O evento reúne pesquisadores, autoridades, organizações indígenas e organismos internacionais de cooperação na sede principal do Instituto Amazônico de Pesquisas Científicas (Sinchi), em uma cidade onde as discussões sobre a Amazônia não são distantes nem abstratas. Em Letícia, como em grande parte do bioma amazônico, os efeitos das mudanças climáticas, a perda de biodiversidade e de conhecimentos tradicionais, a poluição dos rios, a pressão sobre as espécies silvestres e os incêndios florestais fazem parte do cotidiano das comunidades.De acordo com o diretor do Inpa, Henrique Pereira, a reunião é fundamental para consolidar uma articulação inédita entre os principais institutos de pesquisa da Pan-Amazônia. “Estamos fortalecendo uma rede científica regional capaz de produzir conhecimento, compartilhar experiências e construir soluções conjuntas para os desafios comuns da Amazônia.

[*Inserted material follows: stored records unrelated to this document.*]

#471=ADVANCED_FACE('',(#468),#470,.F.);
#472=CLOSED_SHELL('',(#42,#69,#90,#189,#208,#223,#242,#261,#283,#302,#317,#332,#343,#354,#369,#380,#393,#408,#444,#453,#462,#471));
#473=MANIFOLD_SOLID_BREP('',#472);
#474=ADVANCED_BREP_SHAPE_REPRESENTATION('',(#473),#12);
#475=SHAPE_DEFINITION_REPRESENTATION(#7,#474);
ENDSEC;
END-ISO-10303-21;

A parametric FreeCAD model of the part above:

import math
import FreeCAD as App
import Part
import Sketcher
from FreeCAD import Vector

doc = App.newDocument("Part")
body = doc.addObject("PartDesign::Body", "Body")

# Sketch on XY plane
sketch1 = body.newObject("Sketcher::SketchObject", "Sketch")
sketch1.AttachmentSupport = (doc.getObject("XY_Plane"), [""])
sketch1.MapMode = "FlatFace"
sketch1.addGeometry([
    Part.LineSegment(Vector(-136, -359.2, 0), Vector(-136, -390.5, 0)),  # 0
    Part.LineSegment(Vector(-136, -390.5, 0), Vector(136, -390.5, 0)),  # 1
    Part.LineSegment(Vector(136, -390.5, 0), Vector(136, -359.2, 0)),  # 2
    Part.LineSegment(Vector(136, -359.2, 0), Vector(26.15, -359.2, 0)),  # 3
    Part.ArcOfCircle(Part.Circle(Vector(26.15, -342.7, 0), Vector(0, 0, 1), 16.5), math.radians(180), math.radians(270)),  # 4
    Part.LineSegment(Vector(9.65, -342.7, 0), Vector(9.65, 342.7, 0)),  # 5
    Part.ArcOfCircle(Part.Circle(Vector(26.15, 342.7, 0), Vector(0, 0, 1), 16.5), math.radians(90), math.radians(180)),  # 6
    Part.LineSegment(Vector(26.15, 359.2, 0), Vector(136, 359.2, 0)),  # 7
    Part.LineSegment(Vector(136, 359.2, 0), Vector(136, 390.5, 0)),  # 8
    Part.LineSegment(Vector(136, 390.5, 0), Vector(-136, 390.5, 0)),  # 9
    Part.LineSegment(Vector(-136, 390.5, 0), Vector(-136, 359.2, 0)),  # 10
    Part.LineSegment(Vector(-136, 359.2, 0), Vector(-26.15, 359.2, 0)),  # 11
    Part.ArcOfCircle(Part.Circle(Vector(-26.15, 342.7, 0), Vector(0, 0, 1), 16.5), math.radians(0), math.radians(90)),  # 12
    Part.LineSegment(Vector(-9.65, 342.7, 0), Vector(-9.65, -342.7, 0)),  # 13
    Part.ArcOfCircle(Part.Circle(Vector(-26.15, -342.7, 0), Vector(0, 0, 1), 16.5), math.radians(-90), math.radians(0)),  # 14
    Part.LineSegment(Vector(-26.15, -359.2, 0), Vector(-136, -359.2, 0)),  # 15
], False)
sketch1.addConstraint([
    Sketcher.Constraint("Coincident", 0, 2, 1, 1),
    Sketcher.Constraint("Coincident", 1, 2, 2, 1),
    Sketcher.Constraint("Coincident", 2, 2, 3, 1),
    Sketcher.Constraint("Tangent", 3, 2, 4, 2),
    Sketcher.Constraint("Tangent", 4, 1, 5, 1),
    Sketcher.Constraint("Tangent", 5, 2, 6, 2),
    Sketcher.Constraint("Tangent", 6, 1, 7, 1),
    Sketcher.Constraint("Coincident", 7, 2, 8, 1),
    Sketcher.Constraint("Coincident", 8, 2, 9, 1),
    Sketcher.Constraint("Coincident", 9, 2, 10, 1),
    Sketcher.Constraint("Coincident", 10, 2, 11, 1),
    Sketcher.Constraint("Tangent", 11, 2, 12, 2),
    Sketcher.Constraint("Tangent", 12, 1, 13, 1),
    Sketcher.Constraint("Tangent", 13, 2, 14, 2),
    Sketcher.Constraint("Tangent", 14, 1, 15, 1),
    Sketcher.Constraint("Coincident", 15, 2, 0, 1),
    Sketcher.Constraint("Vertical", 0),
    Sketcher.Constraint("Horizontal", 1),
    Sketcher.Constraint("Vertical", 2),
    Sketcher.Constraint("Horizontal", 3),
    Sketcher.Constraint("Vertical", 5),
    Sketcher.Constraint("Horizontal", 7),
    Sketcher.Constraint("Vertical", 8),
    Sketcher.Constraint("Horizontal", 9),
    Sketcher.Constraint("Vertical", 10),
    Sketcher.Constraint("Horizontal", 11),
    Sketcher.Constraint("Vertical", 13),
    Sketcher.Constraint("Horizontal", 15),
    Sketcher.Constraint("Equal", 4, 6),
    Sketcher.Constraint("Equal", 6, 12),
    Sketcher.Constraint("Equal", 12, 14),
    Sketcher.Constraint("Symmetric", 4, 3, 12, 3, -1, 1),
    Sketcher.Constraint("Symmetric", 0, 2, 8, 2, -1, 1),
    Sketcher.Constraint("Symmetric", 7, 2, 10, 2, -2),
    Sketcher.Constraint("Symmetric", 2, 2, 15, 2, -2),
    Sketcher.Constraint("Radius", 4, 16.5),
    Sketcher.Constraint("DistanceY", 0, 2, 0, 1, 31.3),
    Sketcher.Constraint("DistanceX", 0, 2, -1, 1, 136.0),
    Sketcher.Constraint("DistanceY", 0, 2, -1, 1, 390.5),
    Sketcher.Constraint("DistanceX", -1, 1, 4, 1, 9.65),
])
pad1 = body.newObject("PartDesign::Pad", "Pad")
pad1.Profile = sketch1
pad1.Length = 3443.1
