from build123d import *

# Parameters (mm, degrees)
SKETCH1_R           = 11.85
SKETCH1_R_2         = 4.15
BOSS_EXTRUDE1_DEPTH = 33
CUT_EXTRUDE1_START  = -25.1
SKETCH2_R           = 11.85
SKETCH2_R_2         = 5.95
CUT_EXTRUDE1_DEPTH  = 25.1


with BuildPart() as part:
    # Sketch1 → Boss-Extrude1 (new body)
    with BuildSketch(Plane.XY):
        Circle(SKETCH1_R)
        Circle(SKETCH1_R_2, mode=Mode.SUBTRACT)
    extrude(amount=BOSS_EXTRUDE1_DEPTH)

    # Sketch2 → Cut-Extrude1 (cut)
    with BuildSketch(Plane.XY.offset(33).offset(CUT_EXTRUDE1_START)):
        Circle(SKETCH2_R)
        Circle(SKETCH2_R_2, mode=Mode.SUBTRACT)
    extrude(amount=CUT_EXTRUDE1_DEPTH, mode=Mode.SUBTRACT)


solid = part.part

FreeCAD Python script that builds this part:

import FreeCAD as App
import Part
import Sketcher
from FreeCAD import Vector

doc = App.newDocument("Part")
body = doc.addObject("PartDesign::Body", "Body")

# Sketch on XY plane
sketch1 = body.newObject("Sketcher::SketchObject", "Sketch")
sketch1.AttachmentSupport = (doc.getObject("XY_Plane"), [""])
sketch1.MapMode = "FlatFace"
sketch1.addGeometry(Part.Circle(Vector(0, 0, 0), Vector(0, 0, 1), 11.85), False)
sketch1.addGeometry(Part.Circle(Vector(0, 0, 0), Vector(0, 0, 1), 4.15), False)
sketch1.addConstraint(Sketcher.Constraint("Coincident", 0, 3, -1, 1))
sketch1.addConstraint(Sketcher.Constraint("Coincident", 1, 3, -1, 1))
sketch1.addConstraint(Sketcher.Constraint("Diameter", 0, 23.7))
sketch1.addConstraint(Sketcher.Constraint("Diameter", 1, 8.3))
pad1 = body.newObject("PartDesign::Pad", "Pad")
pad1.Profile = sketch1
pad1.Length = 33

# Sketch on XY plane
sketch2 = body.newObject("Sketcher::SketchObject", "Sketch001")
sketch2.AttachmentSupport = (doc.getObject("XY_Plane"), [""])
sketch2.MapMode = "FlatFace"
sketch2.AttachmentOffset = App.Placement(Vector(0, 0, 7.9), App.Rotation())
sketch2.addGeometry(Part.Circle(Vector(0, 0, 0), Vector(0, 0, 1), 11.85), False)
sketch2.addGeometry(Part.Circle(Vector(0, 0, 0), Vector(0, 0, 1), 5.95), False)
sketch2.addConstraint(Sketcher.Constraint("Coincident", 0, 3, -1, 1))
sketch2.addConstraint(Sketcher.Constraint("Coincident", 1, 3, -1, 1))
sketch2.addConstraint(Sketcher.Constraint("Diameter", 0, 23.7))
sketch2.addConstraint(Sketcher.Constraint("Diameter", 1, 11.9))
pocket1 = body.newObject("PartDesign::Pocket", "Pocket")
pocket1.Profile = sketch2
pocket1.Length = 25.1
pocket1.Reversed = True

doc.recompute()
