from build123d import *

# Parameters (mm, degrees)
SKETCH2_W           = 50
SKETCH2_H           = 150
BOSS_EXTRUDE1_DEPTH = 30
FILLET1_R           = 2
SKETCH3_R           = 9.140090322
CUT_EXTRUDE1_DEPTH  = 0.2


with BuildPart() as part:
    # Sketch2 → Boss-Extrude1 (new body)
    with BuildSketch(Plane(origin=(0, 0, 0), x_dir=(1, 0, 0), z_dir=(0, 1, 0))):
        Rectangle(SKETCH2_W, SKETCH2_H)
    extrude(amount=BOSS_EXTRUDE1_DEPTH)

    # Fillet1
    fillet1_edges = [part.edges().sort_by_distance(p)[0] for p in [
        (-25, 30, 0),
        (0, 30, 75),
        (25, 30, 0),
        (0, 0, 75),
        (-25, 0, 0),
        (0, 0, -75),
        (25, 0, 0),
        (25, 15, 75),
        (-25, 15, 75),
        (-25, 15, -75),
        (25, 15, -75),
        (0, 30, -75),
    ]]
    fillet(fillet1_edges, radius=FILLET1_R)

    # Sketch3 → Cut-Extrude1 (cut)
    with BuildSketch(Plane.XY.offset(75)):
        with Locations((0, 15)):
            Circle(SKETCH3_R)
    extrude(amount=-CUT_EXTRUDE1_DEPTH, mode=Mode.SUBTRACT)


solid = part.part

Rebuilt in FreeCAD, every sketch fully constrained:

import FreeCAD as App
import Part
import Sketcher
from FreeCAD import Vector
Q = App.Units.Quantity

doc = App.newDocument("Part")
body = doc.addObject("PartDesign::Body", "Body")

# Sketch on XZ plane
sketch1 = body.newObject("Sketcher::SketchObject", "Sketch")
sketch1.AttachmentSupport = (doc.getObject("XZ_Plane"), [""])
sketch1.MapMode = "FlatFace"
sketch1.addGeometry(Part.LineSegment(Vector(-25, -75, 0), Vector(-25, 75, 0)), False)
sketch1.addGeometry(Part.LineSegment(Vector(-25, 75, 0), Vector(25, 75, 0)), False)
sketch1.addGeometry(Part.LineSegment(Vector(25, 75, 0), Vector(25, -75, 0)), False)
sketch1.addGeometry(Part.LineSegment(Vector(25, -75, 0), Vector(-25, -75, 0)), False)
sketch1.addConstraint(Sketcher.Constraint("Coincident", 0, 2, 1, 1))
sketch1.addConstraint(Sketcher.Constraint("Coincident", 1, 2, 2, 1))
sketch1.addConstraint(Sketcher.Constraint("Coincident", 2, 2, 3, 1))
sketch1.addConstraint(Sketcher.Constraint("Coincident", 3, 2, 0, 1))
sketch1.addConstraint(Sketcher.Constraint("Vertical", 0))
sketch1.addConstraint(Sketcher.Constraint("Horizontal", 1))
sketch1.addConstraint(Sketcher.Constraint("Vertical", 2))
sketch1.addConstraint(Sketcher.Constraint("Horizontal", 3))
sketch1.addConstraint(Sketcher.Constraint("Symmetric", 0, 2, 2, 2, -1, 1))
sketch1.addConstraint(Sketcher.Constraint("DistanceX", 1, 1, 1, 2, Q("50 mm")))
sketch1.addConstraint(Sketcher.Constraint("DistanceY", 0, 1, 0, 2, Q("150 mm")))
pad1 = body.newObject("PartDesign::Pad", "Pad")
pad1.Profile = sketch1
pad1.Length = 30
pad1.Reversed = True
doc.recompute()

fillet = body.newObject("PartDesign::Fillet", "Fillet")
fillet.Base = (pad1, ["Edge1"])
fillet.UseAllEdges = True
fillet.Radius = 2

# Sketch on XY plane
sketch2 = body.newObject("Sketcher::SketchObject", "Sketch001")
sketch2.AttachmentSupport = (doc.getObject("XY_Plane"), [""])
sketch2.MapMode = "FlatFace"
sketch2.AttachmentOffset = App.Placement(Vector(0, 0, 75), App.Rotation())
sketch2.addGeometry(Part.Circle(Vector(0, 15, 0), Vector(0, 0, 1), 9), False)
sketch2.addConstraint(Sketcher.Constraint("PointOnObject", 0, 3, -2))
sketch2.addConstraint(Sketcher.Constraint("DistanceY", -1, 1, 0, 3, Q("15 mm")))
sketch2.addConstraint(Sketcher.Constraint("Diameter", 0, Q("18.280181 mm")))
pocket1 = body.newObject("PartDesign::Pocket", "Pocket")
pocket1.Profile = sketch2
pocket1.Length = 0.2

doc.recompute()
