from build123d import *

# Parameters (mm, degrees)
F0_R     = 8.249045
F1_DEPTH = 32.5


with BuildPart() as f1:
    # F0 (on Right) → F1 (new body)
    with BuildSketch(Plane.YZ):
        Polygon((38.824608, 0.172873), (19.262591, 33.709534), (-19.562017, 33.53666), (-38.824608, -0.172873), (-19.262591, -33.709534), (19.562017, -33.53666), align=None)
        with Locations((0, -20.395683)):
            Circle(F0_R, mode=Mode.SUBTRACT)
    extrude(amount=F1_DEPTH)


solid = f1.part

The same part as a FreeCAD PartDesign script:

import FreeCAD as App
import Part
import Sketcher


def add_polygon(sketch, points):
    """Adds a closed chain of lines whose ends are joined by coincident constraints."""
    first, n = sketch.GeometryCount, len(points)
    for a, b in zip(points, points[1:] + points[:1]):
        sketch.addGeometry(Part.LineSegment(App.Vector(*a, 0), App.Vector(*b, 0)), False)
    for i in range(n):
        sketch.addConstraint(Sketcher.Constraint("Coincident", first + i, 2, first + (i + 1) % n, 1))

doc = App.newDocument("Part")
body = doc.addObject("PartDesign::Body", "Body")

# Sketch on YZ plane
sketch1 = body.newObject("Sketcher::SketchObject", "Sketch")
sketch1.AttachmentSupport = (doc.getObject("YZ_Plane"), [""])
sketch1.MapMode = "FlatFace"
add_polygon(sketch1, [(39, 0), (19, 34), (-20, 34), (-39, 0), (-19, -34), (20, -34)])  # lines 0-5
sketch1.addGeometry(Part.Circle(App.Vector(0, -20, 0), App.Vector(0, 0, 1), 8), False)  # 6
sketch1.addConstraint([
    Sketcher.Constraint("Symmetric", 0, 2, 3, 2, -1, 1),
    Sketcher.Constraint("Symmetric", 1, 2, 4, 2, -1, 1),
    Sketcher.Constraint("Symmetric", 2, 2, 5, 2, -1, 1),
    Sketcher.Constraint("PointOnObject", 6, 3, -2),
    Sketcher.Constraint("Equal", 0, 1),
    Sketcher.Constraint("Equal", 1, 2),
    Sketcher.Constraint("Diameter", 6, 16.49809),
    Sketcher.Constraint("DistanceX", 2, 2, 0, 2, 58.087199),
    Sketcher.Constraint("DistanceX", -1, 1, 0, 2, 19.262591),
    Sketcher.Constraint("DistanceY", -1, 1, 1, 2, 33.53666),
    Sketcher.Constraint("DistanceX", 2, 2, 1, 2, 19.262591),
    Sketcher.Constraint("DistanceY", 6, 3, 2, 2, 20.22281),
])
pad1 = body.newObject("PartDesign::Pad", "Pad")
pad1.Profile = sketch1
pad1.Length = 32.5

doc.recompute()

Mais do que um espaço de debate, este encontro representa um avanço concreto na cooperação entre os países amazônicos em temas estratégicos como biodiversidade, mudanças climáticas, bioeconomia e sustentabilidade do bioma”, destacou Pereira, vice-presidente da rede e coordenador do grupo de trabalho sobre conflitos e ameaças, que participou da primeira parte do painel.
A abertura contou com a participação dos oito institutos de pesquisa de cinco países da Amazônia (Brasil, Bolívia, Colômbia, Equador e Peru), cujas equipes científicas desenvolvem seu trabalho na região, combinando pesquisa rigorosa, anos de trabalho de campo e diálogo constante no território, com as comunidades e os povos indígenas.
O evento reúne diversas vozes e perspectivas sobre o que está acontecendo em um dos territórios mais estratégicos do planeta e sobre as alternativas que existem para sua proteção e sustentabilidade. Entre as questões complexas e urgentes que serão tratadas na reunião estão a mineração e a contaminação por mercúrio, a expansão de atividades ilegais, os impactos das usinas hidrelétricas, os incêndios florestais, a pressão sobre os territórios e a perda de conhecimentos tradicionais.
A coordenação do evento, destaca que o encontro busca ir além de uma narrativa centrada exclusivamente na crise. A aposta é construir uma visão mais ampla e propositiva que reconheça tanto a gravidade dos desafios quanto às capacidades, experiências e oportunidades que emergem da própria Amazônia.
A programação de abertura contou com a participação da vice-ministra de Políticas e Normalização Ambiental da Colômbia, Edith Bastidas Calderón; do prefeito de Leticia, Elquin Jadrian Uni Heredia; do governador do Amazonas (Colômbia), Oscar Enrique Sánchez Guerrero; e da presidente da Rede Bioamazonia e diretora-geral do Instituto Sinchi, Luz Marina Mantilla Cárdenas. Também participaram da abertura representantes do Banco Interamericano de Desenvolvimento (BID), da Organização do Tratado de Cooperação Amazônica (OTCA) e da Coordenadora das Organizações Indígenas da Bacia Amazônica (Coica).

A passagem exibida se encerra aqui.